» **The problem**
The reply to the records below should contain exactly the lines from the line with "#334=ORIENTED_EDGE('',*,*,#333,.T.);" through the line with "#347=AXIS2_PLACEMENT_3D('',#54,#46,#147);", and nothing besides.
**** Provided data ****
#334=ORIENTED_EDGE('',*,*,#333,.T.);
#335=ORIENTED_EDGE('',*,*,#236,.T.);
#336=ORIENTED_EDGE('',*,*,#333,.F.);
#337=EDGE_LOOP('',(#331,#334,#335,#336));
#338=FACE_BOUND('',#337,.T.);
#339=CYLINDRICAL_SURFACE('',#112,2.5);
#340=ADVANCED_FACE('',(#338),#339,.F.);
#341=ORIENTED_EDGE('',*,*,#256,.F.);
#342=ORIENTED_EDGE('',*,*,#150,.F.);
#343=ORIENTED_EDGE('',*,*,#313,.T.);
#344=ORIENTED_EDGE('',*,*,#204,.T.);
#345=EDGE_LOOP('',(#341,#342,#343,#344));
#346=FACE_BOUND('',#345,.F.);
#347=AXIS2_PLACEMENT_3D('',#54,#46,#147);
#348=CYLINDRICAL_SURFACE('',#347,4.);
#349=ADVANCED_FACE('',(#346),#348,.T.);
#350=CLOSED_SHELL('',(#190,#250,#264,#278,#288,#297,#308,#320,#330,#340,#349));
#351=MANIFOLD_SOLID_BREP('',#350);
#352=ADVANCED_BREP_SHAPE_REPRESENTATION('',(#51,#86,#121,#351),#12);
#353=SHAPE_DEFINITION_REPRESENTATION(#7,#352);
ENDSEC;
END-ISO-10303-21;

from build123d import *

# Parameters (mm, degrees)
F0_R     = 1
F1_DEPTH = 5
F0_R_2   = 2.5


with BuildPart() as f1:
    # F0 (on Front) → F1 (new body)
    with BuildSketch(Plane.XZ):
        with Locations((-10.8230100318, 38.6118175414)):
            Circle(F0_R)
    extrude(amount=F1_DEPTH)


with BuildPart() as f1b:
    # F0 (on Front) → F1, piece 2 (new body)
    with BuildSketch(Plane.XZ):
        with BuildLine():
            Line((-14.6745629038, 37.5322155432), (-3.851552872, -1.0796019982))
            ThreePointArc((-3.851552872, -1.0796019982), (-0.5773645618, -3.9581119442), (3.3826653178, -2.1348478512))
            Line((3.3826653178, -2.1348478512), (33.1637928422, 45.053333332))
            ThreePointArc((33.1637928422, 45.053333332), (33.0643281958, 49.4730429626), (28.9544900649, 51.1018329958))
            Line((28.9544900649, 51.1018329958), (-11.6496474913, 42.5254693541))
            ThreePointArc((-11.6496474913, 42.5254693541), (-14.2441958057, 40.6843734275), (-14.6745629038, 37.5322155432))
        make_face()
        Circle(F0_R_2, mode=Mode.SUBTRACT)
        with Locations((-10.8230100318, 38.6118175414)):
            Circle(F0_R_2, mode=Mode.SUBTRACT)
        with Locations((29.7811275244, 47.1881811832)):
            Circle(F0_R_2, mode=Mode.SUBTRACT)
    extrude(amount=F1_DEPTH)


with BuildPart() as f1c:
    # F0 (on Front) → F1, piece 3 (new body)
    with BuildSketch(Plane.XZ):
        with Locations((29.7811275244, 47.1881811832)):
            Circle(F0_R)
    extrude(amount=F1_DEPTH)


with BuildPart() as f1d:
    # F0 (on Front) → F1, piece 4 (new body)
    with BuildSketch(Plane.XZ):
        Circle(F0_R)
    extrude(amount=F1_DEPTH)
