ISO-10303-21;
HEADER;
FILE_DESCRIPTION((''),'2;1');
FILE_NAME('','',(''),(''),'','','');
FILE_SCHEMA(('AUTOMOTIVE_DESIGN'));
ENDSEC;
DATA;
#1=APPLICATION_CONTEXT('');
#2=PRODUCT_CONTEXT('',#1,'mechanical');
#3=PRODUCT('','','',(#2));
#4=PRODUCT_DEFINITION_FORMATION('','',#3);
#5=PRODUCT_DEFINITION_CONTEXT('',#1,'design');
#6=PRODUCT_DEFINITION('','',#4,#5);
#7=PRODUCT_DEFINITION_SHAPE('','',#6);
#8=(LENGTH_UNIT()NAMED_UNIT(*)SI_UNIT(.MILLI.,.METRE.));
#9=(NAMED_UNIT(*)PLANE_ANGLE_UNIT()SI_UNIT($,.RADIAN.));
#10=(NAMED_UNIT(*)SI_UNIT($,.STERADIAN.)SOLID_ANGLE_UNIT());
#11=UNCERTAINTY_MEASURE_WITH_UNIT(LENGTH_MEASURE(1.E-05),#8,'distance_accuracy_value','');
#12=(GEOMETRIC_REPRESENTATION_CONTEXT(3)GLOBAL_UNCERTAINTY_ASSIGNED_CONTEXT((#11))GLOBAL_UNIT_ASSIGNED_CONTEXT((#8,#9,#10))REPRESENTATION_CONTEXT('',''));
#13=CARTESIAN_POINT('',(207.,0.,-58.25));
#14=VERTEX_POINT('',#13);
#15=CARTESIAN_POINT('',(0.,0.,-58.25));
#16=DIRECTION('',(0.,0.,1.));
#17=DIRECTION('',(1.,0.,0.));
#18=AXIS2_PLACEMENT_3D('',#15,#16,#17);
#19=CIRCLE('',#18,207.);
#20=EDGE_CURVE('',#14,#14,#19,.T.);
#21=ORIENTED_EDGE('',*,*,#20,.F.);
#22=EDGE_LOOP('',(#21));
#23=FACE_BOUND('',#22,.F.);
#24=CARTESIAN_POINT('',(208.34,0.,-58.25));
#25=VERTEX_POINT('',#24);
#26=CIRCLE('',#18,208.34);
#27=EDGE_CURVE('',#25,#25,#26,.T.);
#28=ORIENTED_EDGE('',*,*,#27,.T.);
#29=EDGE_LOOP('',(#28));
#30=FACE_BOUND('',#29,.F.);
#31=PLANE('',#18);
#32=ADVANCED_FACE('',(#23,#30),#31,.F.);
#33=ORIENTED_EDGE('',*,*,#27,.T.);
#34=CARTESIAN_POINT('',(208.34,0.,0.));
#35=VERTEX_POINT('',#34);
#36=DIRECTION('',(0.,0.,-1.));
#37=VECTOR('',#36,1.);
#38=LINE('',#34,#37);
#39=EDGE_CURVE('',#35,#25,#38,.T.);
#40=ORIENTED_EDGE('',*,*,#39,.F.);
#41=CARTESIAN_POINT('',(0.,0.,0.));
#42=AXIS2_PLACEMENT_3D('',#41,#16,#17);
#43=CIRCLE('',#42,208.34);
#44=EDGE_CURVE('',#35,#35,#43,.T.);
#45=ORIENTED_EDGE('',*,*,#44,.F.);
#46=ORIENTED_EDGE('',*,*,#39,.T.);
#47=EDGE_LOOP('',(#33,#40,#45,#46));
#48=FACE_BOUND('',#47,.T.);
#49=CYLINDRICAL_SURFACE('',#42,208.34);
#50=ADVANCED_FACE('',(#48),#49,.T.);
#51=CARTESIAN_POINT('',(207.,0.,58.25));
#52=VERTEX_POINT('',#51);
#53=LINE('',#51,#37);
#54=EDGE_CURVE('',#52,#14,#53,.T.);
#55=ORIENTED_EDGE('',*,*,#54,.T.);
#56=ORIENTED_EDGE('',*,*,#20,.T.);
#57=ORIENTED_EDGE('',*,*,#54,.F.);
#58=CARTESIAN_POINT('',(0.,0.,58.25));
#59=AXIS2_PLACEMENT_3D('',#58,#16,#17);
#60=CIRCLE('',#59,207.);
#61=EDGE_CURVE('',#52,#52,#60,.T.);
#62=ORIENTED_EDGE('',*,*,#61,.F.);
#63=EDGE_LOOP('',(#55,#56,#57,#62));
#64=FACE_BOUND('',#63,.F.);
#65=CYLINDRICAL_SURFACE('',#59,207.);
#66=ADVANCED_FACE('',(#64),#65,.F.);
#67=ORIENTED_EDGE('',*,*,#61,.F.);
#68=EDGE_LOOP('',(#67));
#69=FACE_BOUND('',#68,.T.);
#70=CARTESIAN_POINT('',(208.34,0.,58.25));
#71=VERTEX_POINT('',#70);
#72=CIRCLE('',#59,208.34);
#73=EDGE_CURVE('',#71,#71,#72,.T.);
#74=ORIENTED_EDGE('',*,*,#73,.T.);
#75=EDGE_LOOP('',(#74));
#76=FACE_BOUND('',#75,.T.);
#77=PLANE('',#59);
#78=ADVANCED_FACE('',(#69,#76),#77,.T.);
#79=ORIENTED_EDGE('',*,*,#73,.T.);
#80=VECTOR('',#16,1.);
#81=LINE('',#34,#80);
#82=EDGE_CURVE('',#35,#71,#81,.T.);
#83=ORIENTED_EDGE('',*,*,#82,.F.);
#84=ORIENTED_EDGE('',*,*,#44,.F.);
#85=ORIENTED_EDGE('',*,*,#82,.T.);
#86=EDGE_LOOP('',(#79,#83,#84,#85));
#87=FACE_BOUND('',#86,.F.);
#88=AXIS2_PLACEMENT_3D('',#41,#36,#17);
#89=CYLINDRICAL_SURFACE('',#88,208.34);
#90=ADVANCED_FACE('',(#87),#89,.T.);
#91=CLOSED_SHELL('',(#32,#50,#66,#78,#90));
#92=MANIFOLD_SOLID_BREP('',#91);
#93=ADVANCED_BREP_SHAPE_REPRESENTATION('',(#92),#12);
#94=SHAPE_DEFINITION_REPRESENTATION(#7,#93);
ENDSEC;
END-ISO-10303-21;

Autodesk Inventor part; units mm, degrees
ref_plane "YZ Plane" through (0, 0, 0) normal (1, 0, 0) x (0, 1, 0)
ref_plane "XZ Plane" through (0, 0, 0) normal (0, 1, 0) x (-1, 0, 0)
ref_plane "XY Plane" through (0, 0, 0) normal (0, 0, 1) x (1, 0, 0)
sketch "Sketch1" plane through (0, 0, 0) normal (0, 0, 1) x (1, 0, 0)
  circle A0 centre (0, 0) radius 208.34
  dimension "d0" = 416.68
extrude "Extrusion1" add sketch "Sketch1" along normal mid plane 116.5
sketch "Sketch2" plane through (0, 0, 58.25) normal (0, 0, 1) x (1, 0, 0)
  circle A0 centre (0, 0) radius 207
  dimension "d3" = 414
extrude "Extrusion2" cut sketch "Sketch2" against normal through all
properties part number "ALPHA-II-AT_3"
****
**** Provided data ****
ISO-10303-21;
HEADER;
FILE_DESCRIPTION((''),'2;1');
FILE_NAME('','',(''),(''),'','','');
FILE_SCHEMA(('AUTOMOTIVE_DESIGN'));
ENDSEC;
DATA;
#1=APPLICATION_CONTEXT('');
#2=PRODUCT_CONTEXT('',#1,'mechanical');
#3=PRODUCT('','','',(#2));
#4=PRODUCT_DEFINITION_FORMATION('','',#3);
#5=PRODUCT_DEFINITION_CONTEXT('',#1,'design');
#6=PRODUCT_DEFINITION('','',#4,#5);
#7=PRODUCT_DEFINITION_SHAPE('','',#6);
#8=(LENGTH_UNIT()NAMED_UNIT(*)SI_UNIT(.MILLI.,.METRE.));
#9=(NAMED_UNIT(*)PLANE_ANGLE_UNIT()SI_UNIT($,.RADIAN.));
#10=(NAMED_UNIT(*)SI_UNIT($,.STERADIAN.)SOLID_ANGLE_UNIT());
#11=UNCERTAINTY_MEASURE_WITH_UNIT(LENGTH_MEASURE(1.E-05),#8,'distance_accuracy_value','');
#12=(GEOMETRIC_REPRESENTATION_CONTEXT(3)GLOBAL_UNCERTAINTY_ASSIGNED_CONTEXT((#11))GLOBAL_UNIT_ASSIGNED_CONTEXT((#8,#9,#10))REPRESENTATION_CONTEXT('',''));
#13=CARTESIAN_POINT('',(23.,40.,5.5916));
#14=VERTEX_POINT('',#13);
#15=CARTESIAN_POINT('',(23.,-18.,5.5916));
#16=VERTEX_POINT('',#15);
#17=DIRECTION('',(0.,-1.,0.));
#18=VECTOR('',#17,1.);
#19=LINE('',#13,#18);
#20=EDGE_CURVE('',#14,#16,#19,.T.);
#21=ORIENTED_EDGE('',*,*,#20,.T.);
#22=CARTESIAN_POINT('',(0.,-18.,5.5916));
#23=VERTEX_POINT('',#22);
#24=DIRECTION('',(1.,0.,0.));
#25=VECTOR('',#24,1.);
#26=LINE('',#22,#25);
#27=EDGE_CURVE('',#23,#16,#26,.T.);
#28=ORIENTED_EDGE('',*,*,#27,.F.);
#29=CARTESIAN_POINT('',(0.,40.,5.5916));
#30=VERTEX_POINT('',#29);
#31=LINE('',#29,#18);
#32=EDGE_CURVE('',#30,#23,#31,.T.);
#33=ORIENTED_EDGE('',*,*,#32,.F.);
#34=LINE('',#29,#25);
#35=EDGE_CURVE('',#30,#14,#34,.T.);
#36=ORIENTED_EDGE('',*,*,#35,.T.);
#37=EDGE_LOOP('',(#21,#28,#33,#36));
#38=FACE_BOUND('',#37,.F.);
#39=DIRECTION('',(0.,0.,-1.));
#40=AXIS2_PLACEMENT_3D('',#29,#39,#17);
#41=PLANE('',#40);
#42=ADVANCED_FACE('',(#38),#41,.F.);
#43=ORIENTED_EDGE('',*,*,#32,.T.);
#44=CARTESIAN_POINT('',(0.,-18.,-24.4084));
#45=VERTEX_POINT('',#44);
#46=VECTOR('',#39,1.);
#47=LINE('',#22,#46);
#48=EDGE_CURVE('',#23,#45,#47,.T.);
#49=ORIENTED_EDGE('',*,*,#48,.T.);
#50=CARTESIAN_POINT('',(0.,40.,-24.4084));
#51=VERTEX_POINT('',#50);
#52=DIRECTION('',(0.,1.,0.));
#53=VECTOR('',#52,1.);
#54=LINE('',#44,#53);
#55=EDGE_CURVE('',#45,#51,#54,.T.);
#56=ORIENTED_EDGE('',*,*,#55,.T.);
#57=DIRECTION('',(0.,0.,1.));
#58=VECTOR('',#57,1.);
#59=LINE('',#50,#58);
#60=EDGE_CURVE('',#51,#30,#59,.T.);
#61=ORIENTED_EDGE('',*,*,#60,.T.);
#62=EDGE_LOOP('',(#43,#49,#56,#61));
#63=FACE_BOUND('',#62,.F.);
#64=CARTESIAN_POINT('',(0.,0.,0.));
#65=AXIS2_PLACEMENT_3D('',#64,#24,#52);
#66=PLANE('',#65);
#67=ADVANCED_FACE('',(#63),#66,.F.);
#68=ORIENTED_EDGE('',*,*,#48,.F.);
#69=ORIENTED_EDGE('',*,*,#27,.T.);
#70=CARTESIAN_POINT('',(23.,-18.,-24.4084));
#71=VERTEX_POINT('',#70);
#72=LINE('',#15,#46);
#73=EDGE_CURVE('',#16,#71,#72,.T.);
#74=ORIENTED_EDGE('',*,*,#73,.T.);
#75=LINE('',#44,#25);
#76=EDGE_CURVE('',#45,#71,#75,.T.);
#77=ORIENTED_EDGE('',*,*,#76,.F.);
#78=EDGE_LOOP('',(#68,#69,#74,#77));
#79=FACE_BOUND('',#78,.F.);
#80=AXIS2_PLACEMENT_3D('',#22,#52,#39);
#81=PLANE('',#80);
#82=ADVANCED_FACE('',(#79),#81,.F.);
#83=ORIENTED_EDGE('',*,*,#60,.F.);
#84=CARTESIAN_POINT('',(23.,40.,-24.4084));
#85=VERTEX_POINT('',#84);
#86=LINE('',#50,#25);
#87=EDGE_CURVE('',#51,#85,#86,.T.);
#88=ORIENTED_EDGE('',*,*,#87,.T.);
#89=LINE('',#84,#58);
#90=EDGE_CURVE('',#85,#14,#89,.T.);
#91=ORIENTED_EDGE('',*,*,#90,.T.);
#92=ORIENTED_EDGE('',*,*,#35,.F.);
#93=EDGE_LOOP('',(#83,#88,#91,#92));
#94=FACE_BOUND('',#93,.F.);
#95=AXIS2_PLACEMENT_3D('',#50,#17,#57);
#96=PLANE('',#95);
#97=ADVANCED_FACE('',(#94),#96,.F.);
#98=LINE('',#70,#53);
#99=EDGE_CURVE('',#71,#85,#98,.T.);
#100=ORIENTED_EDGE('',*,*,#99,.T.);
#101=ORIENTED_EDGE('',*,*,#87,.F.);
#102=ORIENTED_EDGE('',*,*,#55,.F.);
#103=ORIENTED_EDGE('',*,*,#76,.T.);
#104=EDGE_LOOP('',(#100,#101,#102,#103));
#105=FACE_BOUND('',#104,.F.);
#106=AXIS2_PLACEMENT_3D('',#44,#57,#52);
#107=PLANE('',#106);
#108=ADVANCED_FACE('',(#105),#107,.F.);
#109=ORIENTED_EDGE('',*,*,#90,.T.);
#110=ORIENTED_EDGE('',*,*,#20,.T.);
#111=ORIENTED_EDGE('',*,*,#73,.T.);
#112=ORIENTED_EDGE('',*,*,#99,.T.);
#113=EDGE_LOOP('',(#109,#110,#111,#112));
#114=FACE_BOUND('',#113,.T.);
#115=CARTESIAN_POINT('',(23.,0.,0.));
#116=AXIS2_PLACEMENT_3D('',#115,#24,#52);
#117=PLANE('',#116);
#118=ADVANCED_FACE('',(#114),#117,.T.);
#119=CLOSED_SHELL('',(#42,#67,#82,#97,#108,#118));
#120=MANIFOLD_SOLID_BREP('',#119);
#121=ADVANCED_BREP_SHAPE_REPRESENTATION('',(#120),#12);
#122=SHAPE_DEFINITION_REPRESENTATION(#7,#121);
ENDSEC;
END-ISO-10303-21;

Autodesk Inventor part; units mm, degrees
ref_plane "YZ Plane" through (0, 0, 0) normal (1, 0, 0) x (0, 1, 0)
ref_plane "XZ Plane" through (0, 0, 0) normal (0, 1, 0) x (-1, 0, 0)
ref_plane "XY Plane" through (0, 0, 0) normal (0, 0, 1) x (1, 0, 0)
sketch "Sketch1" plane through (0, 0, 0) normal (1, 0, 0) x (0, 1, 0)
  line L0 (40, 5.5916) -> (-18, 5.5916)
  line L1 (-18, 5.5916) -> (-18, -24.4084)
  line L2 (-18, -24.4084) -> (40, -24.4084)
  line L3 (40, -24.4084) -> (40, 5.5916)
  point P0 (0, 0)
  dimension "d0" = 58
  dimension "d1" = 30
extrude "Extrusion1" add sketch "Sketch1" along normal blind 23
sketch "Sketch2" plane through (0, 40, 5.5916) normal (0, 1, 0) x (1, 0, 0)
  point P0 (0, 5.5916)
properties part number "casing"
****
» **Finished exercise**
#334=ORIENTED_EDGE('',*,*,#333,.T.);
#335=ORIENTED_EDGE('',*,*,#236,.T.);
#336=ORIENTED_EDGE('',*,*,#333,.F.);
#337=EDGE_LOOP('',(#331,#334,#335,#336));
#338=FACE_BOUND('',#337,.T.);
#339=CYLINDRICAL_SURFACE('',#112,2.5);
#340=ADVANCED_FACE('',(#338),#339,.F.);
#341=ORIENTED_EDGE('',*,*,#256,.F.);
#342=ORIENTED_EDGE('',*,*,#150,.F.);
#343=ORIENTED_EDGE('',*,*,#313,.T.);
#344=ORIENTED_EDGE('',*,*,#204,.T.);
#345=EDGE_LOOP('',(#341,#342,#343,#344));
#346=FACE_BOUND('',#345,.F.);
#347=AXIS2_PLACEMENT_3D('',#54,#46,#147);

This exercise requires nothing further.